■ ENTRIES SUPPLIED
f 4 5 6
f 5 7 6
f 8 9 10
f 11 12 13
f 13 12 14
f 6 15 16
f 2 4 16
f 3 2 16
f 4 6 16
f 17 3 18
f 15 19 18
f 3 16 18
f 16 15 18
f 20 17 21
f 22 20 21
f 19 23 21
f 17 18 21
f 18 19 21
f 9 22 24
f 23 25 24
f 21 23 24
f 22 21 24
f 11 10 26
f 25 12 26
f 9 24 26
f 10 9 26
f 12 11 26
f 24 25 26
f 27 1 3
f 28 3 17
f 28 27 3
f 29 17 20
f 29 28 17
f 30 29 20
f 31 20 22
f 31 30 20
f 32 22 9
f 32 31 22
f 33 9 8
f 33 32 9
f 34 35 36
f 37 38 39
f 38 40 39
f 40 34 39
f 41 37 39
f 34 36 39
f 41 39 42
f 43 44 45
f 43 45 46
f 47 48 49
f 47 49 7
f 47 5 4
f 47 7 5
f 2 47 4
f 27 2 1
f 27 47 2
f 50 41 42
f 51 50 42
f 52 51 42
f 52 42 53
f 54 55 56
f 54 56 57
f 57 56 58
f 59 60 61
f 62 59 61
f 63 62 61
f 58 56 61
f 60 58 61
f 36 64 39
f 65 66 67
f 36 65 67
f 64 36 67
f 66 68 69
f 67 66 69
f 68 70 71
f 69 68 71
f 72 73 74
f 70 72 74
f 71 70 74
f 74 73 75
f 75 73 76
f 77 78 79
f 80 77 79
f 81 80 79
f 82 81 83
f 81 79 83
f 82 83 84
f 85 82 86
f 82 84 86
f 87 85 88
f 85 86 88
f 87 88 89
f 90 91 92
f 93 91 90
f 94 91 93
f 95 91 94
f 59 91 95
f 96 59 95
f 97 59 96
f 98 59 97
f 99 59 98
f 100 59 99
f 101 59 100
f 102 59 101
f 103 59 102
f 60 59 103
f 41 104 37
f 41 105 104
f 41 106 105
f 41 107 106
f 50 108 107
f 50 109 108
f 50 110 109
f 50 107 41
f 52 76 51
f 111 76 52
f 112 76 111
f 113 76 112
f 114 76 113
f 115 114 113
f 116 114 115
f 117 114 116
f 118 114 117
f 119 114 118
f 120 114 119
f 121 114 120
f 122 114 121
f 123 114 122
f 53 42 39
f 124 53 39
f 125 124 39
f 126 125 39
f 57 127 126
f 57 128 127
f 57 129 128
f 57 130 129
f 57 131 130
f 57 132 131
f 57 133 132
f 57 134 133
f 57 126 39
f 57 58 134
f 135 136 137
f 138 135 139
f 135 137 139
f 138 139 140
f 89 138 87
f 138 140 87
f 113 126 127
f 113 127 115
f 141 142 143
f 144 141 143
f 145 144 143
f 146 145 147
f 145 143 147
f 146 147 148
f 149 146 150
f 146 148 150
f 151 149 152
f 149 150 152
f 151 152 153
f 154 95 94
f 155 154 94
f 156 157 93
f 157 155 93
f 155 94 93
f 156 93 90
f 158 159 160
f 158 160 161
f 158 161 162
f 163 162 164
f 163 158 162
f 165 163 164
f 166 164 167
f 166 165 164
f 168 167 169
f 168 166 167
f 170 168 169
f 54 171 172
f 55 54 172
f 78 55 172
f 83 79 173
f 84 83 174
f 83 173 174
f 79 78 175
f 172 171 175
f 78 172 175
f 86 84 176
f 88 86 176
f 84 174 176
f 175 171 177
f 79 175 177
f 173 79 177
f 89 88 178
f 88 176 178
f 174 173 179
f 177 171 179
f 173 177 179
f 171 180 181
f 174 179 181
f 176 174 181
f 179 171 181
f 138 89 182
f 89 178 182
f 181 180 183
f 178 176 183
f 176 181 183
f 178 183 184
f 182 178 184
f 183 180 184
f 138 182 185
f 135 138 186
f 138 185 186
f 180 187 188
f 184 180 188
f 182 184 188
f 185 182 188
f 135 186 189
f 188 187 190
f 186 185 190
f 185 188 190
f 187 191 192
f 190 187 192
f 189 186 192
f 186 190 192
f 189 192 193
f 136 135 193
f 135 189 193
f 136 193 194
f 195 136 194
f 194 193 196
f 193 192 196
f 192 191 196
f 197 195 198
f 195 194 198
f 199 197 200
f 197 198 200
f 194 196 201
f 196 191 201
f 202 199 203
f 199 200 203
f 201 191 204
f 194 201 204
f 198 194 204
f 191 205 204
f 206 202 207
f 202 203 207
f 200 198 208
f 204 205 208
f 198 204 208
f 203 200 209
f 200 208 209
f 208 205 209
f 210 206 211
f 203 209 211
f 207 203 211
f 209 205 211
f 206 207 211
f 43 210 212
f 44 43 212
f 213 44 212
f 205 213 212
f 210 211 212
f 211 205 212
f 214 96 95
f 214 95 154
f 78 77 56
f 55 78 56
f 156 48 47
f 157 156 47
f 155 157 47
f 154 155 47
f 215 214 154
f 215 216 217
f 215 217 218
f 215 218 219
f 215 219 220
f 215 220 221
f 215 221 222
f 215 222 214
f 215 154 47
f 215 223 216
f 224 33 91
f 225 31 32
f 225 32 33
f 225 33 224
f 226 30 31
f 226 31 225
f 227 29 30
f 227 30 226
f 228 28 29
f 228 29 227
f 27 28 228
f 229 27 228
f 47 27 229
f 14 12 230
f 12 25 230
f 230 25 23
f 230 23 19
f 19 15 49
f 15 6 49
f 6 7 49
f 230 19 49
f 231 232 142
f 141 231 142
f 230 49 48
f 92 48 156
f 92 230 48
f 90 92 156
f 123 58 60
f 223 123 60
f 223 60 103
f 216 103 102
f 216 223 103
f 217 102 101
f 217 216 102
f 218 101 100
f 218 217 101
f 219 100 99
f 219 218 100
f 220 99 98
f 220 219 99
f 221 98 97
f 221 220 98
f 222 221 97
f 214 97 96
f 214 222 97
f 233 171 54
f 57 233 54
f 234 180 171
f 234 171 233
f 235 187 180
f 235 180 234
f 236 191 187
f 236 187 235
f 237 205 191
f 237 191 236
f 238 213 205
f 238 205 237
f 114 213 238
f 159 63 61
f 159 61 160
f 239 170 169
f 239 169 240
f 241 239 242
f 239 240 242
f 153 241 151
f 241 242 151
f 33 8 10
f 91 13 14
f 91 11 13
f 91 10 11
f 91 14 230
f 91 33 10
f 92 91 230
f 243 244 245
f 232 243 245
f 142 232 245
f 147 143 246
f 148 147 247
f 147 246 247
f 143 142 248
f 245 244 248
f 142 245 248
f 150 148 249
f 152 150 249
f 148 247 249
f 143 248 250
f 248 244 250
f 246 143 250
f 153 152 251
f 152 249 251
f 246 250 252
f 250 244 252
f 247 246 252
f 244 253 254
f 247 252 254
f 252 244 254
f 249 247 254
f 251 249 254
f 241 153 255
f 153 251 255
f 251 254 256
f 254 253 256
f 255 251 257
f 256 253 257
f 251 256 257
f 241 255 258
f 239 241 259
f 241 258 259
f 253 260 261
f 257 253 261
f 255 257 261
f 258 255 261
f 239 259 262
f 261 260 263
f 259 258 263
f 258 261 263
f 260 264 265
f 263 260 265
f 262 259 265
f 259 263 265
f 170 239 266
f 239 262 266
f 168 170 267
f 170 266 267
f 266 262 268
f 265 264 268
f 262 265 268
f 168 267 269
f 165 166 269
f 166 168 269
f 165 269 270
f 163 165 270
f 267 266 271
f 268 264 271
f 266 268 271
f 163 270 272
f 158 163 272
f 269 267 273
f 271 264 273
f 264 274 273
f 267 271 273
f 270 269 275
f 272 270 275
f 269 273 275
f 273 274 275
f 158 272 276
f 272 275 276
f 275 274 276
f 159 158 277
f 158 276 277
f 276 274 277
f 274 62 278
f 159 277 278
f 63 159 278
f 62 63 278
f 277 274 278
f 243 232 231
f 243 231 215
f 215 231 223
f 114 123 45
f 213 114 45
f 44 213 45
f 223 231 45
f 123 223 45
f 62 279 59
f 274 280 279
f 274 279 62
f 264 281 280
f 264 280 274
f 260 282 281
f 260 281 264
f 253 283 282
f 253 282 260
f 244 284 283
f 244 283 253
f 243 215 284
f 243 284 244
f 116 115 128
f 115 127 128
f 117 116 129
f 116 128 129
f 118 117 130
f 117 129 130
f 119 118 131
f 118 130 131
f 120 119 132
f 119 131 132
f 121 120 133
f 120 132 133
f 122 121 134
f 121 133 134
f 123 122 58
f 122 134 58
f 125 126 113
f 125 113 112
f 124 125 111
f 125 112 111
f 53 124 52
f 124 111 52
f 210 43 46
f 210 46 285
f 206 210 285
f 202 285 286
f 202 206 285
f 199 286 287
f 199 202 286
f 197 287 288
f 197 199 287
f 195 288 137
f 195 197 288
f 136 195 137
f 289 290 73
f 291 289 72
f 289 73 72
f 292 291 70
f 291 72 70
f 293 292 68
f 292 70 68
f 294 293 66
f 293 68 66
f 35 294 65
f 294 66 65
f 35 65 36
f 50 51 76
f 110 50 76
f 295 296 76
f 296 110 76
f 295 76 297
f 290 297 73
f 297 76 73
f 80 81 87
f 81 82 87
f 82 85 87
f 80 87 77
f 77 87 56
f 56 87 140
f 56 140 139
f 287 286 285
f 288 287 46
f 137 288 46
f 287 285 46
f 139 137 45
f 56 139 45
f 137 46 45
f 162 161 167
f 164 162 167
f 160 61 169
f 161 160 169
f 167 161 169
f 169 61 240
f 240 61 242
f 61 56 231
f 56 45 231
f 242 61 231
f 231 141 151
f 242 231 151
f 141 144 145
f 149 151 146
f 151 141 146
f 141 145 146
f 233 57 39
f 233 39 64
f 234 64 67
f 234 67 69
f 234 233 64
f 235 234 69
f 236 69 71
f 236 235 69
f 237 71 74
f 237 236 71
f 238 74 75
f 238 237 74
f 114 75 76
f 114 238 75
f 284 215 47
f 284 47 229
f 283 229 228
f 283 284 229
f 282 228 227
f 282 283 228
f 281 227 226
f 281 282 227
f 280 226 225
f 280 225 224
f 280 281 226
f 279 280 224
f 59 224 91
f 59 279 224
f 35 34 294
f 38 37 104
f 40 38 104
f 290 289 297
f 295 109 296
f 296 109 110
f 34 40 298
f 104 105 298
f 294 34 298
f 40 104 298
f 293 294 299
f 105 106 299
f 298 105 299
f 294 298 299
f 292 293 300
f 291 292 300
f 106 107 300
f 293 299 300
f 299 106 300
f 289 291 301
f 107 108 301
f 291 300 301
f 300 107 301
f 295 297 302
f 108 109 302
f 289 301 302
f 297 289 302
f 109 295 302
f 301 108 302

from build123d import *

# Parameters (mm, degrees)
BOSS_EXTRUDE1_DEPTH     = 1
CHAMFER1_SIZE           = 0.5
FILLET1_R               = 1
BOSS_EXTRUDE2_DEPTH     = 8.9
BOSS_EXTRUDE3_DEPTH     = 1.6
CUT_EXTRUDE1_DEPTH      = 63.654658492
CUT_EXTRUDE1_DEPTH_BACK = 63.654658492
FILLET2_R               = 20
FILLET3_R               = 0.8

■ WHAT THE TASK REQUIRES
Please give again the lines above between the line holding "f 155 154 94" and the line holding "f 79 78 175", inclusive, exactly as they are and with nothing added.

■ ANSWER BOX
f 155 154 94
f 156 157 93
f 157 155 93
f 155 94 93
f 156 93 90
f 158 159 160
f 158 160 161
f 158 161 162
f 163 162 164
f 163 158 162
f 165 163 164
f 166 164 167
f 166 165 164
f 168 167 169
f 168 166 167
f 170 168 169
f 54 171 172
f 55 54 172
f 78 55 172
f 83 79 173
f 84 83 174
f 83 173 174
f 79 78 175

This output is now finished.